Furthermore, safety data in the 12 additional subjects treated at higher doses of MDNA55 (median total dose 180µg) show a similar safety profile to previous MDNA55 trials with no systemic toxicities or drug related deaths.
Results for the majority of remaining patients participating in the Phase 2b clinical trial MDNA55-05 will be released before the end of 2019 followed by an End of Phase 2 meeting with the US FDA in Q1 2020.

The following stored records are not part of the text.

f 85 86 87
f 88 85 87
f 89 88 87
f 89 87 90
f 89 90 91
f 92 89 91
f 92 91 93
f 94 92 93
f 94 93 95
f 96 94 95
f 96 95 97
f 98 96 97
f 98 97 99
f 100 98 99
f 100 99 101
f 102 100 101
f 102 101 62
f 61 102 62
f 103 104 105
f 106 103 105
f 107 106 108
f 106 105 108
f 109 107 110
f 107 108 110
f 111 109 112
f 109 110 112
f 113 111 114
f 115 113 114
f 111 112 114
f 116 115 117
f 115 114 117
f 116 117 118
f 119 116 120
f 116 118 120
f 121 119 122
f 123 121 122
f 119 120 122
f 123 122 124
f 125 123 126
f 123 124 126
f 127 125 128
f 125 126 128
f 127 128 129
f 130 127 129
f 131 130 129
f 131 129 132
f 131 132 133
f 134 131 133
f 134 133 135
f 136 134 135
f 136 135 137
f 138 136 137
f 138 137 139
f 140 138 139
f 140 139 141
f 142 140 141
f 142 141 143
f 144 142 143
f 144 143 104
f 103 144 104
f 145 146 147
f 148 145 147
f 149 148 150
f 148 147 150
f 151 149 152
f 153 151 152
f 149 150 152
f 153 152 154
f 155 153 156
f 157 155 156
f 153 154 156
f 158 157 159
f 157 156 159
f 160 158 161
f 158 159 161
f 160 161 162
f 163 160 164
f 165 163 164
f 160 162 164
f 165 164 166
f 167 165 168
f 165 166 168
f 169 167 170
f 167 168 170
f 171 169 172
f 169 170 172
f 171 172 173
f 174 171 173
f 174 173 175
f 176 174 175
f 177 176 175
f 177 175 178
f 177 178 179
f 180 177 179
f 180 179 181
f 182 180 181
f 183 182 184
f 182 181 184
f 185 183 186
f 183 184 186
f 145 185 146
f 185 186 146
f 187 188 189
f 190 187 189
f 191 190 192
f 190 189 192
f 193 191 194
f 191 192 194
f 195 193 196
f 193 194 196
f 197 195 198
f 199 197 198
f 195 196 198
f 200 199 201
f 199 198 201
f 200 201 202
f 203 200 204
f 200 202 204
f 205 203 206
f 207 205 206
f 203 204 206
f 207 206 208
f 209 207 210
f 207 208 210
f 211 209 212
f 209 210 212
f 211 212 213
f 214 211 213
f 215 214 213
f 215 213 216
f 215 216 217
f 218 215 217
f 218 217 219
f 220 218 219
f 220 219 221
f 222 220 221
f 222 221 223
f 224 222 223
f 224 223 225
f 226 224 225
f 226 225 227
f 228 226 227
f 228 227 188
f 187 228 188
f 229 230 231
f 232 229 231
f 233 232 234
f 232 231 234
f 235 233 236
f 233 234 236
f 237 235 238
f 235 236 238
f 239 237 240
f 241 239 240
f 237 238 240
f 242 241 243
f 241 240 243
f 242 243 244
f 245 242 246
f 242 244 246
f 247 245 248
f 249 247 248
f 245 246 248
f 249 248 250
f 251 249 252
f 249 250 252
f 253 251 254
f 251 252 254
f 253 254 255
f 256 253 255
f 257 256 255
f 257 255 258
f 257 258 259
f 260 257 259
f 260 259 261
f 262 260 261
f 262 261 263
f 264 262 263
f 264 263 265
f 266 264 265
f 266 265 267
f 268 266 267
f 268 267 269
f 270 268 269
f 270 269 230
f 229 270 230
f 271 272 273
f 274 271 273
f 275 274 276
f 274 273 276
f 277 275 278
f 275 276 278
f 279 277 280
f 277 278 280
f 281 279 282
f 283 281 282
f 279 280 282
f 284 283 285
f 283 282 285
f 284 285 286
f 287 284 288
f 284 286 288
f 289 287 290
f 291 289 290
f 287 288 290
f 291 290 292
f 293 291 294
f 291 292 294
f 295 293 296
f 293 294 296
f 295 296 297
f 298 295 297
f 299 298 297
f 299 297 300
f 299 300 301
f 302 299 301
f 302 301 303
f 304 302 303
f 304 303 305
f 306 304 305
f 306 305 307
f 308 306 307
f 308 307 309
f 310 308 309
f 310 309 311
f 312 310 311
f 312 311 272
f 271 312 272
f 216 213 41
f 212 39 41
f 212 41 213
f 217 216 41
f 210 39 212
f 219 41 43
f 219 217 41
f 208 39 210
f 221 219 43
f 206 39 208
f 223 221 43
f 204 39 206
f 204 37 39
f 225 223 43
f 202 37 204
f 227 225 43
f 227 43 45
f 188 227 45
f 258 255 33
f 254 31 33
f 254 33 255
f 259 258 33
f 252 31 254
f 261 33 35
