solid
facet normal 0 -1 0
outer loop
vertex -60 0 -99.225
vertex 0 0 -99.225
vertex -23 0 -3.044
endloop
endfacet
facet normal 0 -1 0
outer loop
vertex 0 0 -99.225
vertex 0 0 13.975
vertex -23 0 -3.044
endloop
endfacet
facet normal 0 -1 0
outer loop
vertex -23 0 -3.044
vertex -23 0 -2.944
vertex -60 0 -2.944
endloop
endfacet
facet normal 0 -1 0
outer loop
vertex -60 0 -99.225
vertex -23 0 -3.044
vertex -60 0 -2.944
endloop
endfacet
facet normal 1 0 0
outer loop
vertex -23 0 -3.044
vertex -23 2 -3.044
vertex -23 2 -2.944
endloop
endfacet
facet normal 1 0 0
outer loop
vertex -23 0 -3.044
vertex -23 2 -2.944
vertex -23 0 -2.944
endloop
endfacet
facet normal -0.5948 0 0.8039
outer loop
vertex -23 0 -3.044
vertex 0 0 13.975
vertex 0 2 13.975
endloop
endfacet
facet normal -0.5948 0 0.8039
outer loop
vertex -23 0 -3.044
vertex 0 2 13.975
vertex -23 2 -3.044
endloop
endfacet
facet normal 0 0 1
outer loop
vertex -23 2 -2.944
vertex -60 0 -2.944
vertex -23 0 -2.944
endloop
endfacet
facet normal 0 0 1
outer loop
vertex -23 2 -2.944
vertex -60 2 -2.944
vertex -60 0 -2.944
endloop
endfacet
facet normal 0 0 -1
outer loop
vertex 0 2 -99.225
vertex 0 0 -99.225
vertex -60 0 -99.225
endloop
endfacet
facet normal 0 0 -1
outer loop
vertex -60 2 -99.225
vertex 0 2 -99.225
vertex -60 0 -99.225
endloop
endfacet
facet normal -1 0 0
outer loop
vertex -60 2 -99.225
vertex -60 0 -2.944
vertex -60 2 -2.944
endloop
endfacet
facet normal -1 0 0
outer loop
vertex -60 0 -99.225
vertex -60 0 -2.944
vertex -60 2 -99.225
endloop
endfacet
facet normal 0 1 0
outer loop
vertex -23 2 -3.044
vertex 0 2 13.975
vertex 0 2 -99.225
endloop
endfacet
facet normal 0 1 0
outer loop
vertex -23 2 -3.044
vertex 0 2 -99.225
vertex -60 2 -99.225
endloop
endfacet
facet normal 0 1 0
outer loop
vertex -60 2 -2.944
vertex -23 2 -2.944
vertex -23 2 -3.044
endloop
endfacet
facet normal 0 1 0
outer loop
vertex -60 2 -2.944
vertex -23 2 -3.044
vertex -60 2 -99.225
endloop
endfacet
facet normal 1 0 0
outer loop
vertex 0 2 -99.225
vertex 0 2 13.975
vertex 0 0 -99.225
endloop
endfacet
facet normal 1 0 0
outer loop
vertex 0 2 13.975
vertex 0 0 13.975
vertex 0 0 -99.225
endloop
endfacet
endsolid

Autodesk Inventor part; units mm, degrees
ref_plane "YZ Plane" through (0, 0, 0) normal (1, 0, 0) x (0, 1, 0)
ref_plane "XZ Plane" through (0, 0, 0) normal (0, 1, 0) x (-1, 0, 0)
ref_plane "XY Plane" through (0, 0, 0) normal (0, 0, 1) x (1, 0, 0)
sketch "Sketch1" plane through (0, 0, 0) normal (0, 1, 0) x (-1, 0, 0)
  line L0 (0, 13.9753) -> (0, -99.2247)
  line L1 (0, -99.2247) -> (60, -99.2247)
  line L2 (0, 13.9753) -> (23, -3.0438)
  line L3 (23, -3.0438) -> (60, -3.0438)
  line L4 (60, -3.0438) -> (60, -99.2247)
  point P0 (0, 0)
  dimension "d0" = 113.2
  dimension "d2" = 60
  dimension "d5" = 53.5
  dimension "d6" = 37
extrude "Extrusion1" add sketch "Sketch1" along normal blind 2
sketch "Sketch2" plane through (-60, 0, -3.0438) normal (0, 0, 1) x (1, 0, 0)
  line L0 (0, 0) -> (0, 2) projected
  line L1 (60, 0) -> (0, 0) projected
  line L2 (0, 2) -> (37, 2)
  line L3 (37, 2) -> (37, 0)
  line L4 (37, 0) -> (0, 0)
  line L5 (0, 0) -> (0, 2)
  line L6 (37, 0) -> (37, 2) projected
  point P0 (37, 1)
extrude "Extrusion2" add sketch "Sketch2" along normal blind 0.1
properties part number "tapa4_3DPrint"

About the MDNA55-05 Clinical Trial

MDNA55-05 is a Phase 2b study of the safety and efficacy of MDNA55, an IL4R-directed toxin, in patients with de novo GBM at first or second relapse where the tumor is not amenable to surgical resection. In the study, investigators administer MDNA55 once directly into the brain tumor using a technique known as Convection Enhanced Delivery (CED). CED allows precision delivery of MDNA55 into the tumor and the surrounding healthy brain containing infiltrative tumor cells, while avoiding systemic exposure.

The primary endpoint of the study is median Overall Survival (mOS) comparing a null survival rate of 8.0 months (based on historical control) with an alternative pursue rate of 11.5 months (1-sided alpha = 0.10 and 80% power for 46 ITT subjects). The secondary endpoint is objective response rate (ORR) assessed by the modified Response Assessment in Neuro-Oncology (mRANO)-based criteria incorporating advanced imaging modalities according to a null response rate of 6% with alternative pursue rate of 18% (1-sided alpha = 0.10 and 80% power for at least 35 subjects evaluable for response).